== SUPPLIED MATERIAL ==

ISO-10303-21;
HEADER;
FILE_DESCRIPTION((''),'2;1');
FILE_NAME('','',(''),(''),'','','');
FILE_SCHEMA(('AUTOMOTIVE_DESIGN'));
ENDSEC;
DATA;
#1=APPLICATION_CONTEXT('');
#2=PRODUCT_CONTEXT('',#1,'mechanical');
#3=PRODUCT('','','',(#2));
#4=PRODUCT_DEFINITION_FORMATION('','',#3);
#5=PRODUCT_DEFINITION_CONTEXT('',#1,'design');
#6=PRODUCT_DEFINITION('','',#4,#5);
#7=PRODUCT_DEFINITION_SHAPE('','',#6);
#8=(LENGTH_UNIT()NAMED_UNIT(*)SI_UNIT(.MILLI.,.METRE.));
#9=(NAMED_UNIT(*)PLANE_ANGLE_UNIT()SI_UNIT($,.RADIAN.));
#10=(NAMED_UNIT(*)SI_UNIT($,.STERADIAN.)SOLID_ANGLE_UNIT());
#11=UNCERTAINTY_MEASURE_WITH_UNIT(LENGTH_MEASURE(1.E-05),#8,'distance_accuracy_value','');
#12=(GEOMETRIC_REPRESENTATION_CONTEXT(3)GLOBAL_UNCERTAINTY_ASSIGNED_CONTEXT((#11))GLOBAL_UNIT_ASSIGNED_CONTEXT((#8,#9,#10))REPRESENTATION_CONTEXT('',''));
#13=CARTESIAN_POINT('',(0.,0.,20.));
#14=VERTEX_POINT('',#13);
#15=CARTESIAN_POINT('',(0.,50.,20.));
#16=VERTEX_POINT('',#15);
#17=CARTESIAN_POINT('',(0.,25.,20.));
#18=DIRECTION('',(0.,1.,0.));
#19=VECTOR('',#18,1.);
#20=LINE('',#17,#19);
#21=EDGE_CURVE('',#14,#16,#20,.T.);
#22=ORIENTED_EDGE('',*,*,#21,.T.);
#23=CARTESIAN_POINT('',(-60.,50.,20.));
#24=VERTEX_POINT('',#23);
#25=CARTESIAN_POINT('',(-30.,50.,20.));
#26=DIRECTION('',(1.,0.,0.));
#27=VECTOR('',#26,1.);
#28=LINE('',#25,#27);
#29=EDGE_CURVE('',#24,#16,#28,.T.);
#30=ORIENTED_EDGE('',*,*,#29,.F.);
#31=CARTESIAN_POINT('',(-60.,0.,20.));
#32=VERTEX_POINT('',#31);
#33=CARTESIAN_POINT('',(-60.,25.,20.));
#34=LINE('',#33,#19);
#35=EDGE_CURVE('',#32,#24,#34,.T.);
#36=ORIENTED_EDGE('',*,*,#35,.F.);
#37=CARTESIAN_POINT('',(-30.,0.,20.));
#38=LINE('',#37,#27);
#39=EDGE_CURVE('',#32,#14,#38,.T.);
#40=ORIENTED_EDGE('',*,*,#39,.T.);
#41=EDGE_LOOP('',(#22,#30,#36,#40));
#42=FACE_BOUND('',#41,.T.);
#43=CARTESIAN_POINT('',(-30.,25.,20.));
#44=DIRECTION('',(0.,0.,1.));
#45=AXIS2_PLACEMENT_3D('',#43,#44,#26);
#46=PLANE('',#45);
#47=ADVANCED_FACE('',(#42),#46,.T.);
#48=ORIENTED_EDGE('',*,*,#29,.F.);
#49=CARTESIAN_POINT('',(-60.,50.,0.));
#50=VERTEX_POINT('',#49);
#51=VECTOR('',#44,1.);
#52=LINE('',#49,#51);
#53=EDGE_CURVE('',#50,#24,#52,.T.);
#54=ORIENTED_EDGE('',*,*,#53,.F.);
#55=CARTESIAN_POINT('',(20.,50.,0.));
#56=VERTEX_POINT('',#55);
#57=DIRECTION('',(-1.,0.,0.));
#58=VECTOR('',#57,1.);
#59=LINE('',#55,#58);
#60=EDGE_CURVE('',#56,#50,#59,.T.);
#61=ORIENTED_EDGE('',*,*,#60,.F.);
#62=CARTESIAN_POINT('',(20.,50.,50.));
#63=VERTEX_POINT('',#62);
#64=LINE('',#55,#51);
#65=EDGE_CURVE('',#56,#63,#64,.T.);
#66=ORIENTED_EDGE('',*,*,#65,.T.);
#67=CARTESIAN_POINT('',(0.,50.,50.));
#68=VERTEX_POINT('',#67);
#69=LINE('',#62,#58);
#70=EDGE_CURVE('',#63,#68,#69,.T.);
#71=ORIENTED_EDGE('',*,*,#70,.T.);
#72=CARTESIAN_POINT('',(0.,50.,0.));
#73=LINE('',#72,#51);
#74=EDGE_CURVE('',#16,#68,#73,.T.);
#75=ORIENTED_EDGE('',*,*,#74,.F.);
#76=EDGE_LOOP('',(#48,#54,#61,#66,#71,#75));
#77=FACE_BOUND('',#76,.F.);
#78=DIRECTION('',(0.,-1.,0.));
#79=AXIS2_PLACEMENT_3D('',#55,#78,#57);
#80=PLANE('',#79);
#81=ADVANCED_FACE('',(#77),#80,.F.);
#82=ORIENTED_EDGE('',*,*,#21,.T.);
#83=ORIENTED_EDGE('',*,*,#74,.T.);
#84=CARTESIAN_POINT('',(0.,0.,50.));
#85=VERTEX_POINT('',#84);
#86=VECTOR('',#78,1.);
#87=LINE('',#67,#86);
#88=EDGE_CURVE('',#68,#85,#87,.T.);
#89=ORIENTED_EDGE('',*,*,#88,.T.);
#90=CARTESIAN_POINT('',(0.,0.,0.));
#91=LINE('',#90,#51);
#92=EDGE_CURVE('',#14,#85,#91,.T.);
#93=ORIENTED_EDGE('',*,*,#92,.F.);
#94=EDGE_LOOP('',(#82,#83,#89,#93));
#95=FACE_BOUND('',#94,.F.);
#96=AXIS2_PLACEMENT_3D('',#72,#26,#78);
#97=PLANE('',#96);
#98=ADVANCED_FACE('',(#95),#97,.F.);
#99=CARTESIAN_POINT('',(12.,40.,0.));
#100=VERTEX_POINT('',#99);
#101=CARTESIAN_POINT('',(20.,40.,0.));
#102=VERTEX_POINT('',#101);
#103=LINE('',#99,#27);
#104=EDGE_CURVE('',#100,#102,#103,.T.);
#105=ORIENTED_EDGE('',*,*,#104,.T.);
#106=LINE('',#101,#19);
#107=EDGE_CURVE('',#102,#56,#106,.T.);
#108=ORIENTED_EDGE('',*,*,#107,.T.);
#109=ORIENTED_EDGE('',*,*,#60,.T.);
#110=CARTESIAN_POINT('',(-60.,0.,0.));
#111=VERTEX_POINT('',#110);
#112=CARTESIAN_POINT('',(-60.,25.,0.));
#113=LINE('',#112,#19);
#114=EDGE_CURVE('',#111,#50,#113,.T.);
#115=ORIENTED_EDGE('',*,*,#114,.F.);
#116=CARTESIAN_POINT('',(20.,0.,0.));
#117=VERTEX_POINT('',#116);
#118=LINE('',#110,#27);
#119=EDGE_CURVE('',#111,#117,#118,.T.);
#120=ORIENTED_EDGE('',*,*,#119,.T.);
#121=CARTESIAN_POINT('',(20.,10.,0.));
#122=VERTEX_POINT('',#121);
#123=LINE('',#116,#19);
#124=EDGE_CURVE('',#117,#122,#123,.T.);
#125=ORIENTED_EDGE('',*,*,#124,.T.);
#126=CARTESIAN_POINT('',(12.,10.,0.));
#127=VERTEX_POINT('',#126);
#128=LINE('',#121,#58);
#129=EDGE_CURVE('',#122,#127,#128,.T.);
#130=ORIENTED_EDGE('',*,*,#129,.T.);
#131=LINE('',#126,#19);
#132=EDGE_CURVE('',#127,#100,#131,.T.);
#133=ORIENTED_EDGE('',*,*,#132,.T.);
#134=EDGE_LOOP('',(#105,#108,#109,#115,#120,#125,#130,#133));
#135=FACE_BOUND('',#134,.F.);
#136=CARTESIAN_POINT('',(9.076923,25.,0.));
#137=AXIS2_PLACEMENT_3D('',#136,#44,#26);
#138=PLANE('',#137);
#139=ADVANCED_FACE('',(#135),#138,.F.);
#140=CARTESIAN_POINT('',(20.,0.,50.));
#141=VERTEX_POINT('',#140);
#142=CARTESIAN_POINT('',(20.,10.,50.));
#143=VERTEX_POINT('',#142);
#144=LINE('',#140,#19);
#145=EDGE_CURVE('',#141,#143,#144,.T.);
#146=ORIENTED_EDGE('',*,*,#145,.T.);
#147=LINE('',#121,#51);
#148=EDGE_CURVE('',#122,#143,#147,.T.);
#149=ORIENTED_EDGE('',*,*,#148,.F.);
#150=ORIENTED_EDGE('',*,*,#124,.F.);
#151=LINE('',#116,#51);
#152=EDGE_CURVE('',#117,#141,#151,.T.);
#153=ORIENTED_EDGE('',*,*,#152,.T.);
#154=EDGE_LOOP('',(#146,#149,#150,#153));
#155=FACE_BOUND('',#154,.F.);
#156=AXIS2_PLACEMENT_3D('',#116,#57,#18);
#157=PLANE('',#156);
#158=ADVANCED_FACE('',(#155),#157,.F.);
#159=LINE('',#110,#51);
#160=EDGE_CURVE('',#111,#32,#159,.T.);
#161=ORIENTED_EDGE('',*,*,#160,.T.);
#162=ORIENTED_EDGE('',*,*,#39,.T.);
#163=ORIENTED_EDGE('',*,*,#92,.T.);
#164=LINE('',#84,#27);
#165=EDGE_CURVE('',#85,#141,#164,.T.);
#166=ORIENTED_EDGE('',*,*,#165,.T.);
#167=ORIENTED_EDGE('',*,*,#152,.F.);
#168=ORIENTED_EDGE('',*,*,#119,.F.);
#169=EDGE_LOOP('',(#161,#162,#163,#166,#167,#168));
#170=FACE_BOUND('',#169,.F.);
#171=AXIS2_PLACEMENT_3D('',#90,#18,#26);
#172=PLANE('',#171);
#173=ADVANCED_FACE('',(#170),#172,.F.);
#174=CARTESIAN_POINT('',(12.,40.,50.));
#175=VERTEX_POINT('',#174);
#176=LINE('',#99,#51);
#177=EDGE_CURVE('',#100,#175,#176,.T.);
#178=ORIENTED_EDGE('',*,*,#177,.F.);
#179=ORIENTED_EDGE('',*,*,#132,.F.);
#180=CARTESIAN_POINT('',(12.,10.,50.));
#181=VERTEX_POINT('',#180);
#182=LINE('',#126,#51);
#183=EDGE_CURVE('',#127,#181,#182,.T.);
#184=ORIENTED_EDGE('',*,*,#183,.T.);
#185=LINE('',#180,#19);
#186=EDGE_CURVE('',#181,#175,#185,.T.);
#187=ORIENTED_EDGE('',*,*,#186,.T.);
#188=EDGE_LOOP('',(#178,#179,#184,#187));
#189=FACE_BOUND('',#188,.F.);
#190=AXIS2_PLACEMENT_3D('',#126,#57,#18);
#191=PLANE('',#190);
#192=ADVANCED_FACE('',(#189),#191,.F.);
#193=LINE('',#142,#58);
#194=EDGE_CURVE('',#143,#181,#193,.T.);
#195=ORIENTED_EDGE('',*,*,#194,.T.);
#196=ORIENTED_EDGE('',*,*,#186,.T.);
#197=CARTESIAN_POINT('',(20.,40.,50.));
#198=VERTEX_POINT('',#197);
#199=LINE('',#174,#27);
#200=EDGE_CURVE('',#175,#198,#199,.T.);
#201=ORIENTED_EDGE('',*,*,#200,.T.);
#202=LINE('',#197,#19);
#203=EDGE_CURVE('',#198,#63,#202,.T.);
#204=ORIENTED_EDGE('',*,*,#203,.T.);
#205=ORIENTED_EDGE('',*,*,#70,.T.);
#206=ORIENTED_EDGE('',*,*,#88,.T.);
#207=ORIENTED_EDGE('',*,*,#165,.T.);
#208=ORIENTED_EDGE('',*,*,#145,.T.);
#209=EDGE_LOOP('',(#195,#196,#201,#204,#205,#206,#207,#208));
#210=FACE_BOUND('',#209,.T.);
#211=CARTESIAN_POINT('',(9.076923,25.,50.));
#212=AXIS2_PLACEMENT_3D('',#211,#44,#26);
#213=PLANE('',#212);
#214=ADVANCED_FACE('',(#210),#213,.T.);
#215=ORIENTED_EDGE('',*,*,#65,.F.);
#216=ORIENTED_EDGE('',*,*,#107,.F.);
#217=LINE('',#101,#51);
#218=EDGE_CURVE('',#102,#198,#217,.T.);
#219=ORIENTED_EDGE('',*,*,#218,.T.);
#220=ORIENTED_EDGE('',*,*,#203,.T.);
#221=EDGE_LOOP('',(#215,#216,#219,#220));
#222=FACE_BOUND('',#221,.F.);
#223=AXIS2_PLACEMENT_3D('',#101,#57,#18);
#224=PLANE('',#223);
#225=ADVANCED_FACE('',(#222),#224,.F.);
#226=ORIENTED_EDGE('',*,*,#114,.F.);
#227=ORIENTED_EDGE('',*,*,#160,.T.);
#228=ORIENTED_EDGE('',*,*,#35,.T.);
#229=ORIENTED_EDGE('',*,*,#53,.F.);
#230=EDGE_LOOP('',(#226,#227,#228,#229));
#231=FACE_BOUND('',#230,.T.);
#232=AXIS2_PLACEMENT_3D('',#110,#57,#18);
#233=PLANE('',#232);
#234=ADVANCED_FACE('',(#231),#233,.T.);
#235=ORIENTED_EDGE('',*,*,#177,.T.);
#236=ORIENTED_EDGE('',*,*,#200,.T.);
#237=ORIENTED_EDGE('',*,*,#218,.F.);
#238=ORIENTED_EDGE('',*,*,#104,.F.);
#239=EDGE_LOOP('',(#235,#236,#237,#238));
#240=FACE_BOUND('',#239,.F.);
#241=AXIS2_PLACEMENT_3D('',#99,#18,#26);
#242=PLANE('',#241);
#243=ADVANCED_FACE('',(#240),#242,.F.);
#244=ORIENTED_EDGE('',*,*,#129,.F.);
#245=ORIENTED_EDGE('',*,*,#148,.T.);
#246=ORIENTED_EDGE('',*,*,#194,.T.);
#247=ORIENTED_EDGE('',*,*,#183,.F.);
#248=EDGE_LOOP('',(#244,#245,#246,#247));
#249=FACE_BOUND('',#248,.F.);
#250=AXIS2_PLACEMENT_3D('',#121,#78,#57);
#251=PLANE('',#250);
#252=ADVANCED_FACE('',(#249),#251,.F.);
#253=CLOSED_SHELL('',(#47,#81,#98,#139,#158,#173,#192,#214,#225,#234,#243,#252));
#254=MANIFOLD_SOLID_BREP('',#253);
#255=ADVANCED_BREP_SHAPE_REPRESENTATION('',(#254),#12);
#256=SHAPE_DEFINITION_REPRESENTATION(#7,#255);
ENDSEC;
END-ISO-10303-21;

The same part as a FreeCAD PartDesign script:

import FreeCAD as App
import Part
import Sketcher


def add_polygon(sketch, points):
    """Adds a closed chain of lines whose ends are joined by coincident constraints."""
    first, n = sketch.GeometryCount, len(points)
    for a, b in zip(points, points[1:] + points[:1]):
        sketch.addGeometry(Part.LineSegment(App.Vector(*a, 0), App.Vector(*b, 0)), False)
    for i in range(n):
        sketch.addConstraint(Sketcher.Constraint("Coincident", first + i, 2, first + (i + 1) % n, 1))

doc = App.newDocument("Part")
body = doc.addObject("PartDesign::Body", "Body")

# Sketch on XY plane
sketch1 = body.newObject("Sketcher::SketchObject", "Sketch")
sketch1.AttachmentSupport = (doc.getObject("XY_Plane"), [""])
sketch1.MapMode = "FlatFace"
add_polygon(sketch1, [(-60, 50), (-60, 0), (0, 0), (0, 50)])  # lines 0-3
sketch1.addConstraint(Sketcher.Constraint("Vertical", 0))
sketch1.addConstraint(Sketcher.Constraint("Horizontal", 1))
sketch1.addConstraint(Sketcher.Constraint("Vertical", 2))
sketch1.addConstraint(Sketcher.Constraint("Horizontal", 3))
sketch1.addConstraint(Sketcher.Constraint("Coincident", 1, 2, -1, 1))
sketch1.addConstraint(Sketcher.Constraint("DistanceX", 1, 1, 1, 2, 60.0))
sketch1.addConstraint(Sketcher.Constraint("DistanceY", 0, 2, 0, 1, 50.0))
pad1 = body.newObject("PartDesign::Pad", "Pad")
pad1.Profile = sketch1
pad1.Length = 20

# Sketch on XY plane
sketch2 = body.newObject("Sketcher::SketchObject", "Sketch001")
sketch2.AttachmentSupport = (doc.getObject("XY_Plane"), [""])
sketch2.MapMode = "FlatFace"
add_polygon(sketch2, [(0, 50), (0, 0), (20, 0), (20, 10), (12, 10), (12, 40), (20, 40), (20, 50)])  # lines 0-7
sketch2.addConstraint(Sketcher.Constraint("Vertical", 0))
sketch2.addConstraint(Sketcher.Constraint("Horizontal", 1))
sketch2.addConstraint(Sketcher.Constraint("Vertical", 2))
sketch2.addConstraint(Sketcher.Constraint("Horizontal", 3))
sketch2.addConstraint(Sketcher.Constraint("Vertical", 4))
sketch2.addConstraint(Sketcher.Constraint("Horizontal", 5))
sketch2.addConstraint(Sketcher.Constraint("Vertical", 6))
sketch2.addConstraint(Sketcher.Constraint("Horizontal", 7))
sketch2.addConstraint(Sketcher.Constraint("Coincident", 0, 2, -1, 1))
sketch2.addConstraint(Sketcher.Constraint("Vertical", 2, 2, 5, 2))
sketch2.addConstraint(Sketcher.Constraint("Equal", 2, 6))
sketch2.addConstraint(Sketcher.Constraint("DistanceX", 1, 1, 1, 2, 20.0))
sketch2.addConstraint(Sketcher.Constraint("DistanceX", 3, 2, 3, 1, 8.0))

===

- [TASK TO CARRY OUT]
Reproduce verbatim the lines above, from the line with "#131=LINE('',#126,#19);" through the line with "#143=VERTEX_POINT('',#142);".

- [EXPECTED ANSWER]
#131=LINE('',#126,#19);
#132=EDGE_CURVE('',#127,#100,#131,.T.);
#133=ORIENTED_EDGE('',*,*,#132,.T.);
#134=EDGE_LOOP('',(#105,#108,#109,#115,#120,#125,#130,#133));
#135=FACE_BOUND('',#134,.F.);
#136=CARTESIAN_POINT('',(9.076923,25.,0.));
#137=AXIS2_PLACEMENT_3D('',#136,#44,#26);
#138=PLANE('',#137);
#139=ADVANCED_FACE('',(#135),#138,.F.);
#140=CARTESIAN_POINT('',(20.,0.,50.));
#141=VERTEX_POINT('',#140);
#142=CARTESIAN_POINT('',(20.,10.,50.));
#143=VERTEX_POINT('',#142);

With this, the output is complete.